A healthy lunch can be a turkey sandwich on whole wheat, an apple and a yogurt, but you can improve the fun-factor!
Replace sliced bread with whole grain mini- pitas, lavash (for pinwheels), wraps, or mini bagels.
Tasty spreads include reduced fat garden vegetable cream cheese, hummus, pesto, or spicy mustard.

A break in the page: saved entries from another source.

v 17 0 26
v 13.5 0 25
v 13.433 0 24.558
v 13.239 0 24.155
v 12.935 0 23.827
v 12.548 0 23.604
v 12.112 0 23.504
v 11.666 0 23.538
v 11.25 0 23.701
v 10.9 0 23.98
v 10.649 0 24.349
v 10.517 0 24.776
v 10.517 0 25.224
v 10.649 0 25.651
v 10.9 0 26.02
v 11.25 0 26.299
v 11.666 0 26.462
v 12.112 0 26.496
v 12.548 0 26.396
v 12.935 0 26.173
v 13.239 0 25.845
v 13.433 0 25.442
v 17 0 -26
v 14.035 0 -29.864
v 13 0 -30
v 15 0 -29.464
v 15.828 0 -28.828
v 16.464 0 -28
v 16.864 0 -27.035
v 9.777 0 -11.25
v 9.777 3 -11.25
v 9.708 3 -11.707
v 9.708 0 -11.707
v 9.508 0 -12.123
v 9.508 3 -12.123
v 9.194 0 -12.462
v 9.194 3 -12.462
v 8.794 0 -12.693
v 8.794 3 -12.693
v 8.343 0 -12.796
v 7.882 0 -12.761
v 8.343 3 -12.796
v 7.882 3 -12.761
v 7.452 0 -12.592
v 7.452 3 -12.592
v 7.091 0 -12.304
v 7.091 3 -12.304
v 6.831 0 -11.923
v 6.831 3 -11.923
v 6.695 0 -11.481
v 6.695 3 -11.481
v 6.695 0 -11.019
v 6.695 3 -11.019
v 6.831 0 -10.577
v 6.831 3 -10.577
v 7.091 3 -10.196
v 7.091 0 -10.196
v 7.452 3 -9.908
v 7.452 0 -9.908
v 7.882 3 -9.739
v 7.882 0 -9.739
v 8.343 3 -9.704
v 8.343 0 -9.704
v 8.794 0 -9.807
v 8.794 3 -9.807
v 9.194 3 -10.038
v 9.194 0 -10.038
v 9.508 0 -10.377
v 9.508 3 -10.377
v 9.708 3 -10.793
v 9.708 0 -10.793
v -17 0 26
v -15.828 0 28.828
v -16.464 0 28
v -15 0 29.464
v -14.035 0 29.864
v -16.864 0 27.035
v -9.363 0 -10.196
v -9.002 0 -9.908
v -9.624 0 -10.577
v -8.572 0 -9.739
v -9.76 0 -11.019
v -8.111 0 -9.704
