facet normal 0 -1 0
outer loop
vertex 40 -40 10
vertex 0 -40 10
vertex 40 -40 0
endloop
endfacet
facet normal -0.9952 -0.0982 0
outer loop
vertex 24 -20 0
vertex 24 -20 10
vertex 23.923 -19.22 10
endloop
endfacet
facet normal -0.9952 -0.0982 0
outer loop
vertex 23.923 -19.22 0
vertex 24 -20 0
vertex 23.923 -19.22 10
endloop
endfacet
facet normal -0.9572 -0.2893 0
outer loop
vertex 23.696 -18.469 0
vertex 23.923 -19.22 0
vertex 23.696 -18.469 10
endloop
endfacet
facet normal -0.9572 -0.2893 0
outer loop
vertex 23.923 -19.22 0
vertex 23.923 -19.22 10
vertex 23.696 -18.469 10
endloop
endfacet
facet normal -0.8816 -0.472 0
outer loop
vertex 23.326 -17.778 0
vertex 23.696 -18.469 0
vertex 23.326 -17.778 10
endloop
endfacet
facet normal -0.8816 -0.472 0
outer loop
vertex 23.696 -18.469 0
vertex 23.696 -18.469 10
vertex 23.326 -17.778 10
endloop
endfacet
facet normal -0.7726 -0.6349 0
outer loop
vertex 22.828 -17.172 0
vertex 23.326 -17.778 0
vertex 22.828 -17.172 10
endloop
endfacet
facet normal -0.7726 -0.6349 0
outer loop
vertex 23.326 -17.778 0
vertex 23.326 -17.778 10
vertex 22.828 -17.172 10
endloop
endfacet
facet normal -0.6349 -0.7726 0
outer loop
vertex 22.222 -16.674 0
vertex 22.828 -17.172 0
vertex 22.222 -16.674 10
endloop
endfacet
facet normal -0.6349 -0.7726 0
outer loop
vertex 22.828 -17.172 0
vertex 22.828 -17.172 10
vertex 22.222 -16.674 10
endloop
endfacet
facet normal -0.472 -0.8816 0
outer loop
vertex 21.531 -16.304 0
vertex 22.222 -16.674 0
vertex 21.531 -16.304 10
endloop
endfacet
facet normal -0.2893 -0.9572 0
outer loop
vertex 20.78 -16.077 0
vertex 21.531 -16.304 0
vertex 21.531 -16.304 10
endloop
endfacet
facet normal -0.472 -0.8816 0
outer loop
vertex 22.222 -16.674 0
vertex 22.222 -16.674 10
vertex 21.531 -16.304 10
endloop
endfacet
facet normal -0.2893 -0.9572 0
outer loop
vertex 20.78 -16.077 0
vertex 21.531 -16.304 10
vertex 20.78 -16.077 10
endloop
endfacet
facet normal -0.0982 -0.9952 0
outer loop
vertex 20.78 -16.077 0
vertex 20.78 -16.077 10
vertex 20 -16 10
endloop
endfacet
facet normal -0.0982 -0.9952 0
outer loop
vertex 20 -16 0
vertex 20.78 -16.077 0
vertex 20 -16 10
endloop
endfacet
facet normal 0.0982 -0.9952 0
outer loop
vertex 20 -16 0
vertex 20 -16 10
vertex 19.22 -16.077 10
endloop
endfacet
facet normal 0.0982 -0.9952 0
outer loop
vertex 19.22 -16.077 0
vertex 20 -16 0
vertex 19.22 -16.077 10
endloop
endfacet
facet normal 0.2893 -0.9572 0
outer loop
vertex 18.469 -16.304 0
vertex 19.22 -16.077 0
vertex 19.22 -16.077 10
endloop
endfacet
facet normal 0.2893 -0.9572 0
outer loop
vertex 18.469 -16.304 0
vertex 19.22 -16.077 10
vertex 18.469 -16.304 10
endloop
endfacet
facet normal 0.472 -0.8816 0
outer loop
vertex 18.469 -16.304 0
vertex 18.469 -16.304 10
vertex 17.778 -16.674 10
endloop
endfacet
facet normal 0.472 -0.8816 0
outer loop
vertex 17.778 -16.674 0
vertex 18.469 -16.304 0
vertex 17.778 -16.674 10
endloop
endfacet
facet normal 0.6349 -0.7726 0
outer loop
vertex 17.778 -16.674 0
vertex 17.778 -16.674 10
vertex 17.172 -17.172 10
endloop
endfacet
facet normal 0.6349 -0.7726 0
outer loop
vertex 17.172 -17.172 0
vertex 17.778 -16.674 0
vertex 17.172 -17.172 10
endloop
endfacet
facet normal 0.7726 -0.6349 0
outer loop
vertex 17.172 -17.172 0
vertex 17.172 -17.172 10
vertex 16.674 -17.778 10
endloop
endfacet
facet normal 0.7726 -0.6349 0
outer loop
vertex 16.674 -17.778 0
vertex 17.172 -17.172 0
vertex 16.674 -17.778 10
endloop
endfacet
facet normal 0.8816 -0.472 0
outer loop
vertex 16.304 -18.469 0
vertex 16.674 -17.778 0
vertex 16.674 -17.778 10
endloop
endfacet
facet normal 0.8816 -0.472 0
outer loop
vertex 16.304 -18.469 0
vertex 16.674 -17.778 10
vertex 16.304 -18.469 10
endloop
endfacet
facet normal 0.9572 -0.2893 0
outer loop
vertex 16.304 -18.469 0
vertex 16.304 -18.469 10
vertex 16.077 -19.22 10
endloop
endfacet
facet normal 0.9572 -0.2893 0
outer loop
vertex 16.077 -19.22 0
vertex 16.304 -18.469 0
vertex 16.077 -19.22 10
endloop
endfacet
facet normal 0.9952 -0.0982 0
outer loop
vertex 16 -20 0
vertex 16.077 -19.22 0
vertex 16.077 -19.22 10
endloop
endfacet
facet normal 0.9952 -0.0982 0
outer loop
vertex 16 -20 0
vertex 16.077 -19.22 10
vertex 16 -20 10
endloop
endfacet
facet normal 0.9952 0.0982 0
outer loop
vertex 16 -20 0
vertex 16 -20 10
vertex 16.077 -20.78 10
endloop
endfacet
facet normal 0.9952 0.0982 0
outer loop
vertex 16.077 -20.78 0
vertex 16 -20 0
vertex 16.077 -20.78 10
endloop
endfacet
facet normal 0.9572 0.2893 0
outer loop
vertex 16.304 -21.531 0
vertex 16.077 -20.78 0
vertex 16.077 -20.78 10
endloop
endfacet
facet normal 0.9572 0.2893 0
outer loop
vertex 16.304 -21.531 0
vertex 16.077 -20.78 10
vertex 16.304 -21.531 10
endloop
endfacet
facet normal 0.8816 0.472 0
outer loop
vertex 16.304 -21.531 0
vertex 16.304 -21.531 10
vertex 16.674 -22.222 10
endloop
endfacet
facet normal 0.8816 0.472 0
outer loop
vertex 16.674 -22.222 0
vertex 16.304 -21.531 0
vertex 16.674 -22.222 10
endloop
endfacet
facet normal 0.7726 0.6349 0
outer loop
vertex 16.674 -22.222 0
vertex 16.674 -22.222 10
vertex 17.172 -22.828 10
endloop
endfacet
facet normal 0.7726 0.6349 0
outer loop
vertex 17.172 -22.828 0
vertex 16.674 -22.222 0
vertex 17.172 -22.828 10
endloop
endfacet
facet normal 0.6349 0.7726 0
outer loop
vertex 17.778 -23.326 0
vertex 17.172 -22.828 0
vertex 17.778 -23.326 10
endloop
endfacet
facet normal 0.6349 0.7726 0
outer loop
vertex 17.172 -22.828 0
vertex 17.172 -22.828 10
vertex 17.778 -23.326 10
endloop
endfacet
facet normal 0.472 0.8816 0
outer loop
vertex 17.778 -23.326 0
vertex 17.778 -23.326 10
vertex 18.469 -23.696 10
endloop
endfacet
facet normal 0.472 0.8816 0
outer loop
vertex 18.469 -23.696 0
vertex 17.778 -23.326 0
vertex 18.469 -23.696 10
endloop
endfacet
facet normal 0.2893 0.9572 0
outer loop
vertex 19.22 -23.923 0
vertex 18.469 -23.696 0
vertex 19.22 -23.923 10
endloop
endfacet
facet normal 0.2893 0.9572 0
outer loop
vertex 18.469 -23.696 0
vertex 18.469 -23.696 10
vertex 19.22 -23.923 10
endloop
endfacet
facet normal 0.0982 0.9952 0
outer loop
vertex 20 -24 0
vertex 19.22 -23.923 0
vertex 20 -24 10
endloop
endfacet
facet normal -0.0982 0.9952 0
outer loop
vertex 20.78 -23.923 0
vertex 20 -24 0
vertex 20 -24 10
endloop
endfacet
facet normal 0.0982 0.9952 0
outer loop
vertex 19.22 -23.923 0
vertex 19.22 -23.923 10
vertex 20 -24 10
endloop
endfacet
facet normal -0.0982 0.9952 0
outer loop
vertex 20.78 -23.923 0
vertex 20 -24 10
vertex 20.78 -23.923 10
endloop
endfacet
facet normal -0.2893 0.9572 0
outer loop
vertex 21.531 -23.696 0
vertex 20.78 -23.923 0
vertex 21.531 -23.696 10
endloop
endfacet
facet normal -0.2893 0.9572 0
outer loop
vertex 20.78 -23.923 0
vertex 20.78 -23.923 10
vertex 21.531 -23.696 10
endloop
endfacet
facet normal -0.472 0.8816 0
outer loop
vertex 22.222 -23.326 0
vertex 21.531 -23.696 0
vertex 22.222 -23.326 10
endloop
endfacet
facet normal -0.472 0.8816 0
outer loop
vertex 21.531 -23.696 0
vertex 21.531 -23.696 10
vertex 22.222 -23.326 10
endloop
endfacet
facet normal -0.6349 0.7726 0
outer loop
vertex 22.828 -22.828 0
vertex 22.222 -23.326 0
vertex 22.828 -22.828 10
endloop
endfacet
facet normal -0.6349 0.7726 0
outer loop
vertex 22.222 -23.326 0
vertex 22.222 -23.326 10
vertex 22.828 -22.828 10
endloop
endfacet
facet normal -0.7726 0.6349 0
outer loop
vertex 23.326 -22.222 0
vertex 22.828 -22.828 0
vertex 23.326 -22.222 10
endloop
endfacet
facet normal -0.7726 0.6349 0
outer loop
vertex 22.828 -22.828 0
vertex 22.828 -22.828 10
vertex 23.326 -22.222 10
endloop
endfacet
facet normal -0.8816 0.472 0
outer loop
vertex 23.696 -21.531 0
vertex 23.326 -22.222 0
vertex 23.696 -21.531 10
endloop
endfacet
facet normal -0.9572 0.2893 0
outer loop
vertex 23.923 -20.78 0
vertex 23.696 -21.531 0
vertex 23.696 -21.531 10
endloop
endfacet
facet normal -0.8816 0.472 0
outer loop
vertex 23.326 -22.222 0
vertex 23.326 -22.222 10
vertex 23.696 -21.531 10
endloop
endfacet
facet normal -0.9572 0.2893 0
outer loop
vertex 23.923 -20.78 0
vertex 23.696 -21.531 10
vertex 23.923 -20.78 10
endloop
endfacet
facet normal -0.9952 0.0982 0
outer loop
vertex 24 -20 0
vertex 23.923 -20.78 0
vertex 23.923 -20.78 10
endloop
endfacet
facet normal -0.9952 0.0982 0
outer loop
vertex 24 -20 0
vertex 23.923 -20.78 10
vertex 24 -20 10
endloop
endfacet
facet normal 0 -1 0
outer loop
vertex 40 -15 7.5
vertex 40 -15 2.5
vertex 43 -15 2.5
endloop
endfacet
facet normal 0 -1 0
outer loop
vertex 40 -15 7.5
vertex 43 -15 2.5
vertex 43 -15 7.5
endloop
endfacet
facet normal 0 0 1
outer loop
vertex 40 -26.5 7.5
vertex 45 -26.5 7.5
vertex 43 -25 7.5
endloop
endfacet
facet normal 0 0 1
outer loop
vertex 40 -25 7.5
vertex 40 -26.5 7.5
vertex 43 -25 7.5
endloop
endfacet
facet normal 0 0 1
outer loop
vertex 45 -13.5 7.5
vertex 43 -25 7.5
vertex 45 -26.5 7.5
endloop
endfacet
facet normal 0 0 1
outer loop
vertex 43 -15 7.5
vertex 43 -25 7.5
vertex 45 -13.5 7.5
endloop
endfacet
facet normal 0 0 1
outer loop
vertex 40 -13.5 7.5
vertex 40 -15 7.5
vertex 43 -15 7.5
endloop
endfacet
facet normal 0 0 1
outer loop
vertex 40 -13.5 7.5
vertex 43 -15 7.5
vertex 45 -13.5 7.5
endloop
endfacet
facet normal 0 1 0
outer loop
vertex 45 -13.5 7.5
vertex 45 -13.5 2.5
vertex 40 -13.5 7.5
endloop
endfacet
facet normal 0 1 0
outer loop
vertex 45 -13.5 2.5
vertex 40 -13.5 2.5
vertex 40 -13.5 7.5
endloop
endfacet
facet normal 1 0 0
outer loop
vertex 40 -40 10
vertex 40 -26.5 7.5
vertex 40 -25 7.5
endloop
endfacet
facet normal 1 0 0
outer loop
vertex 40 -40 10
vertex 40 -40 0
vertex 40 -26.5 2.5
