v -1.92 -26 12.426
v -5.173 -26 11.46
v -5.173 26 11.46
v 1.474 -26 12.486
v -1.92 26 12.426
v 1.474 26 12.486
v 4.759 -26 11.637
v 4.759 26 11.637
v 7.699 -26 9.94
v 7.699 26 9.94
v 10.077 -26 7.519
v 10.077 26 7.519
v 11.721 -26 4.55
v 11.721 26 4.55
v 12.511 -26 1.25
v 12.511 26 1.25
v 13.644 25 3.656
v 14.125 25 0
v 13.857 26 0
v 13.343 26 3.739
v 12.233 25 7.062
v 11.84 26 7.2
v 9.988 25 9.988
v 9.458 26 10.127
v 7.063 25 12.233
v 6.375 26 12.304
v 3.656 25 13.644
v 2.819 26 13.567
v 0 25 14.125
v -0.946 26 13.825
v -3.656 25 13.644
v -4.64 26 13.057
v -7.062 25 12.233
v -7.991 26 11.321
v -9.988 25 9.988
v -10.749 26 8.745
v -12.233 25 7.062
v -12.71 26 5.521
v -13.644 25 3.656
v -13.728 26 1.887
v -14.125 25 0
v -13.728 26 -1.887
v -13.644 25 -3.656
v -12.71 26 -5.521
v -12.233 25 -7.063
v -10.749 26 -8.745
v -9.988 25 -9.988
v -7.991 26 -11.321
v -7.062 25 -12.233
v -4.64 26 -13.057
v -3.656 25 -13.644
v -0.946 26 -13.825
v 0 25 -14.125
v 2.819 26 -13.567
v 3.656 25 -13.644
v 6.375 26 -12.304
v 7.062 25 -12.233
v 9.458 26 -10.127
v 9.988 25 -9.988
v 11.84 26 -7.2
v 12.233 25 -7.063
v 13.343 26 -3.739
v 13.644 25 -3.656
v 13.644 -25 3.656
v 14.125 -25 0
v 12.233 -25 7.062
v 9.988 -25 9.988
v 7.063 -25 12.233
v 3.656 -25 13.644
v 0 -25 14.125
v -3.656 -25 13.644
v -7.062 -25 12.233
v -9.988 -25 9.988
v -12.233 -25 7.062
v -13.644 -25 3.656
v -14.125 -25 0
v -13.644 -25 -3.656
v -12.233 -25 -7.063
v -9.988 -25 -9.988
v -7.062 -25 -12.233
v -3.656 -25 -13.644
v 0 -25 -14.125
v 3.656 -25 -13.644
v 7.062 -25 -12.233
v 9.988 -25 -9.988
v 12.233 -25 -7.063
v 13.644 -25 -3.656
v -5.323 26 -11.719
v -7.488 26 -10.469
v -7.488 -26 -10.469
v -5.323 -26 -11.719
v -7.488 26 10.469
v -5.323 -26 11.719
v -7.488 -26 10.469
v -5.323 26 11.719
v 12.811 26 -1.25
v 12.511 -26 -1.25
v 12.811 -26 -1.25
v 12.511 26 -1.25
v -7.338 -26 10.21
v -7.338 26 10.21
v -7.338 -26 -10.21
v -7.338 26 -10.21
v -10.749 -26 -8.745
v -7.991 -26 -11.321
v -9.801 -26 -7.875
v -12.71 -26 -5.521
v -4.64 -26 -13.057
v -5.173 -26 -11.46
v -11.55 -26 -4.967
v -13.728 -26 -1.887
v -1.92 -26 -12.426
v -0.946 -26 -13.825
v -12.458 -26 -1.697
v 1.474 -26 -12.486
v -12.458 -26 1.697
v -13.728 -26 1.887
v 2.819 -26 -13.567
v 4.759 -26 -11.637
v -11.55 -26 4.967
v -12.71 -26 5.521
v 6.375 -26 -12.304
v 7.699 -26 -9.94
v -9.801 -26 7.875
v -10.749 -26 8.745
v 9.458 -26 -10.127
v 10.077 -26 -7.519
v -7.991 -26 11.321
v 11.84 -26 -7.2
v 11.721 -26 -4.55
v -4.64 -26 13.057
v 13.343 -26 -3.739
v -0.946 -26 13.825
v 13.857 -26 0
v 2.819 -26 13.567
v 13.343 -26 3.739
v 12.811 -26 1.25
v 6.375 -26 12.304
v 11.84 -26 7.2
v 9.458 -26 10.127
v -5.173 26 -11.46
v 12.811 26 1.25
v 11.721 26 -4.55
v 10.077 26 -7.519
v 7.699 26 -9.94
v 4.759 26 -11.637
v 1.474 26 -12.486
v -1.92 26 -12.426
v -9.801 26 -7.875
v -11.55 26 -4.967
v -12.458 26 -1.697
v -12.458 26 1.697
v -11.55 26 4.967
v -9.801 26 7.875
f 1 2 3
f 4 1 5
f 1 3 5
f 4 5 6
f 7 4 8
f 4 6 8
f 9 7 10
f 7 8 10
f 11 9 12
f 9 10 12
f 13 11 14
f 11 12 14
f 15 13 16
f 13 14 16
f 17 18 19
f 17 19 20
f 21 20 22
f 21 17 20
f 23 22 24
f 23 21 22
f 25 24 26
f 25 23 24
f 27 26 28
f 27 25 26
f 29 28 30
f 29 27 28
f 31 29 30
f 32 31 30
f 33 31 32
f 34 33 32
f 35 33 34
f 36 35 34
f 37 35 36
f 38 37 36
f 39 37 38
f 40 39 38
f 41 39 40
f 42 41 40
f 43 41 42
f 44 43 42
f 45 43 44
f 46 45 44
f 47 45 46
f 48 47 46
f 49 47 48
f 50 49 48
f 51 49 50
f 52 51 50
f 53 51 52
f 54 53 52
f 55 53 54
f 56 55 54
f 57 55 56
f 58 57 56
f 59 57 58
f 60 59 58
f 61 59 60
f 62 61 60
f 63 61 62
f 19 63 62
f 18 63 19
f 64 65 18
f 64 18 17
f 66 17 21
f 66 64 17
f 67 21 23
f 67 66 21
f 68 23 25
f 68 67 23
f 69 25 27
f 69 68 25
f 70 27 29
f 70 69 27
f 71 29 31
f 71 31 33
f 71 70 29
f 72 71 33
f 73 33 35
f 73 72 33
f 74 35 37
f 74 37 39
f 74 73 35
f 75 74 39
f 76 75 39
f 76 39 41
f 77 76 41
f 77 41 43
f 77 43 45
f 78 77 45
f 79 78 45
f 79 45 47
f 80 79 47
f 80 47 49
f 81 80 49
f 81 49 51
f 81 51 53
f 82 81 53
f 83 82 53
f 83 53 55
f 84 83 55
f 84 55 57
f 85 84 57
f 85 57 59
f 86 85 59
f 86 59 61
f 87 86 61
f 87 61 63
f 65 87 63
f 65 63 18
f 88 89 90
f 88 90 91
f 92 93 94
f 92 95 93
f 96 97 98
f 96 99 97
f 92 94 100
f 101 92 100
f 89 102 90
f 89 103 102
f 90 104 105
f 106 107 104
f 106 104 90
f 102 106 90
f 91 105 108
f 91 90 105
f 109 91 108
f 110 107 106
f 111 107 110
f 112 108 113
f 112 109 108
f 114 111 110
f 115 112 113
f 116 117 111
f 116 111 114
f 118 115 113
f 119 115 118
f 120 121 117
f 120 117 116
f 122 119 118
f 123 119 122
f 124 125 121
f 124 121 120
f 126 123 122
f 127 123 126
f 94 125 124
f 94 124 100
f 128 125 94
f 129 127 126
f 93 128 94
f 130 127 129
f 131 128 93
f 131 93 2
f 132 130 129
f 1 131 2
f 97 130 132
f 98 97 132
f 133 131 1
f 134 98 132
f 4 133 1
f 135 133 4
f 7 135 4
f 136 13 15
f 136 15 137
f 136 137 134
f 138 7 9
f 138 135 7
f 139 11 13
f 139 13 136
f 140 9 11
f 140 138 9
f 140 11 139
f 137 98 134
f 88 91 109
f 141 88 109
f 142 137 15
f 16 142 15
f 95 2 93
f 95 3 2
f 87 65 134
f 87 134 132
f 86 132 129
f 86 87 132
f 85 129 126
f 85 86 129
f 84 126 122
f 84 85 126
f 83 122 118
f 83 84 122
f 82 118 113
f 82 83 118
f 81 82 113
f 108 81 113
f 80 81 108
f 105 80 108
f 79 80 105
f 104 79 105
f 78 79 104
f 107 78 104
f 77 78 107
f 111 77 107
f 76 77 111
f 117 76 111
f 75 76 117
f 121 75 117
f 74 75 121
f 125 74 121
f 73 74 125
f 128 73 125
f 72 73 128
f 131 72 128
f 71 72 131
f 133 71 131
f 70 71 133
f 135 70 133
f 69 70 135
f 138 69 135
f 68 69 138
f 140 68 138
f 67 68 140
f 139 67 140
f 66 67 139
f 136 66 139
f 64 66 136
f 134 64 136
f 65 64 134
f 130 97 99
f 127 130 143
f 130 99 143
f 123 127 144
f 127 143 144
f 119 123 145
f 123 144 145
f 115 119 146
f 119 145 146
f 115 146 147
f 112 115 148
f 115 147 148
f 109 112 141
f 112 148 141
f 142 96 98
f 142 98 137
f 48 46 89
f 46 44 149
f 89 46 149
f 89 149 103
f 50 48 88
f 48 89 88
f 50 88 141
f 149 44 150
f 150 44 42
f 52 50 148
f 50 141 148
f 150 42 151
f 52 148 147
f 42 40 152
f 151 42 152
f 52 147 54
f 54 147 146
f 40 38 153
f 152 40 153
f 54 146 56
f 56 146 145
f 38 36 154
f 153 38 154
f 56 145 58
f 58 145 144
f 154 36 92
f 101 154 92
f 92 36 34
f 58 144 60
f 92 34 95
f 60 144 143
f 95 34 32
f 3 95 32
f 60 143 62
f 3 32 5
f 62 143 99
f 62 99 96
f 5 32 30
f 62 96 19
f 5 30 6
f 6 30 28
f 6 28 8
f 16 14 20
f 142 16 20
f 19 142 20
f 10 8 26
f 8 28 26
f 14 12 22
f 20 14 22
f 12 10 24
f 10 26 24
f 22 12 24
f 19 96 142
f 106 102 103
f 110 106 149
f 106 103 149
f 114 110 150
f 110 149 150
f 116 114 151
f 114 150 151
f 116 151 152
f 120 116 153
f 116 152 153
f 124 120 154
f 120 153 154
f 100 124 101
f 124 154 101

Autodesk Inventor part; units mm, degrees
ref_plane "YZ Plane" through (0, 0, 0) normal (1, 0, 0) x (0, 1, 0)
ref_plane "XZ Plane" through (0, 0, 0) normal (0, 1, 0) x (-1, 0, 0)
ref_plane "XY Plane" through (0, 0, 0) normal (0, 0, 1) x (1, 0, 0)
sketch "Эскиз1" plane through (0, 0, 0) normal (0, 0, 1) x (1, 0, 0)
  line L0 (0, 26) -> (0, -26)
  line L1 (12.573, 26) -> (13.8571, 26)
  line L2 (14.125, 25) -> (14.125, -25)
  line L3 (13.8571, -26) -> (12.573, -26)
  line L4 (12.573, -26) -> (12.573, 26)
  line L5 (14.125, 25) -> (13.8571, 26)
  line L6 (14.125, -25) -> (13.8571, -26)
  point P0 (0, 0)
  point P1 (0, 0)
  point P2 (14.125, -26)
  point P3 (14.125, 26)
  dimension "d0" = 52
  dimension "d1" = 28.25
  dimension "d2" = 25.146
  dimension "d3" = 1
  dimension "d4" = 15
  dimension "d5" = 1
  dimension "d6" = 15
revolve "Вращение1" add sketch "Эскиз1" angle 360 about axis through (0, 26, 0) along (0, -1, 0)
sketch "Эскиз2" plane through (0, 26, 0) normal (0, 1, 0) x (1, 0, 0)
  line L0 (12.5107, 1.25) -> (12.8107, 1.25)
  line L1 (12.8107, 1.25) -> (12.8107, -1.25)
  line L2 (12.8107, -1.25) -> (12.5107, -1.25)
  line L3 (12.5107, -1.25) -> (12.5107, 1.25)
  circle A0 centre (0, 0) radius 12.573 projected
  point P0 (0, 0)
  point P1 (12.5107, 0)
  dimension "d8" = 2.5
  dimension "d10" = 0.3
extrude "Выдавливание1" cut sketch "Эскиз2" against normal through all contours A0 L3 | L0 L1 L2 A0 picked at (12.5222, -0.278)
pattern_circular "Круговой массив1" count 3 over 360 about axis through (0, 0, 0) along (0, -1, 0) of "Выдавливание1"
equation "\"d5\" = d3"
equation "\"d6\" = d4"
properties part number "75. Втулка блока заднего хода"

For an Asian flair: diced chicken breast and shredded cabbage/carrot mix tossed with light sesame ginger dressing stuffed in whole wheat mini-pitas.
Or skip the sandwich:
Cheese tortellini pasta salad: boil tortellini according to package directions; drain and rinse, add some halved grape tomatoes, sprinkle with oregano, and drizzle with light Italian vinaigrette. Refrigerate and serve.
Make ahead Southwestern power bowl: brown rice or corn, rinsed black beans, grape tomatoes, shredded cabbage/carrot mix, sprinkle of cheese, salsa, topped with a teaspoon of light sour cream or slice of avocado.
Tasty sides:
Grape tomatoes and baby carrots with hummus or light ranch dressing for dipping.
Lemon yogurt with jicama sticks or cucumber slice dippers.
Mango, banana, or pineapple cubes dipped in vanilla yogurt sprinkled with coconut.
An easy piece-together lunch that checks all the boxes: Shredded wheat crackers with 1-2 slices natural cheese, low fat yogurt topped with diced fruit (thawed frozen fruit works great), celery with peanut butter and raisins.
*If kids are carrying their lunch to school, don’t forget food safety. Start with cold ingredients and send in an insulated bag with a freezer block.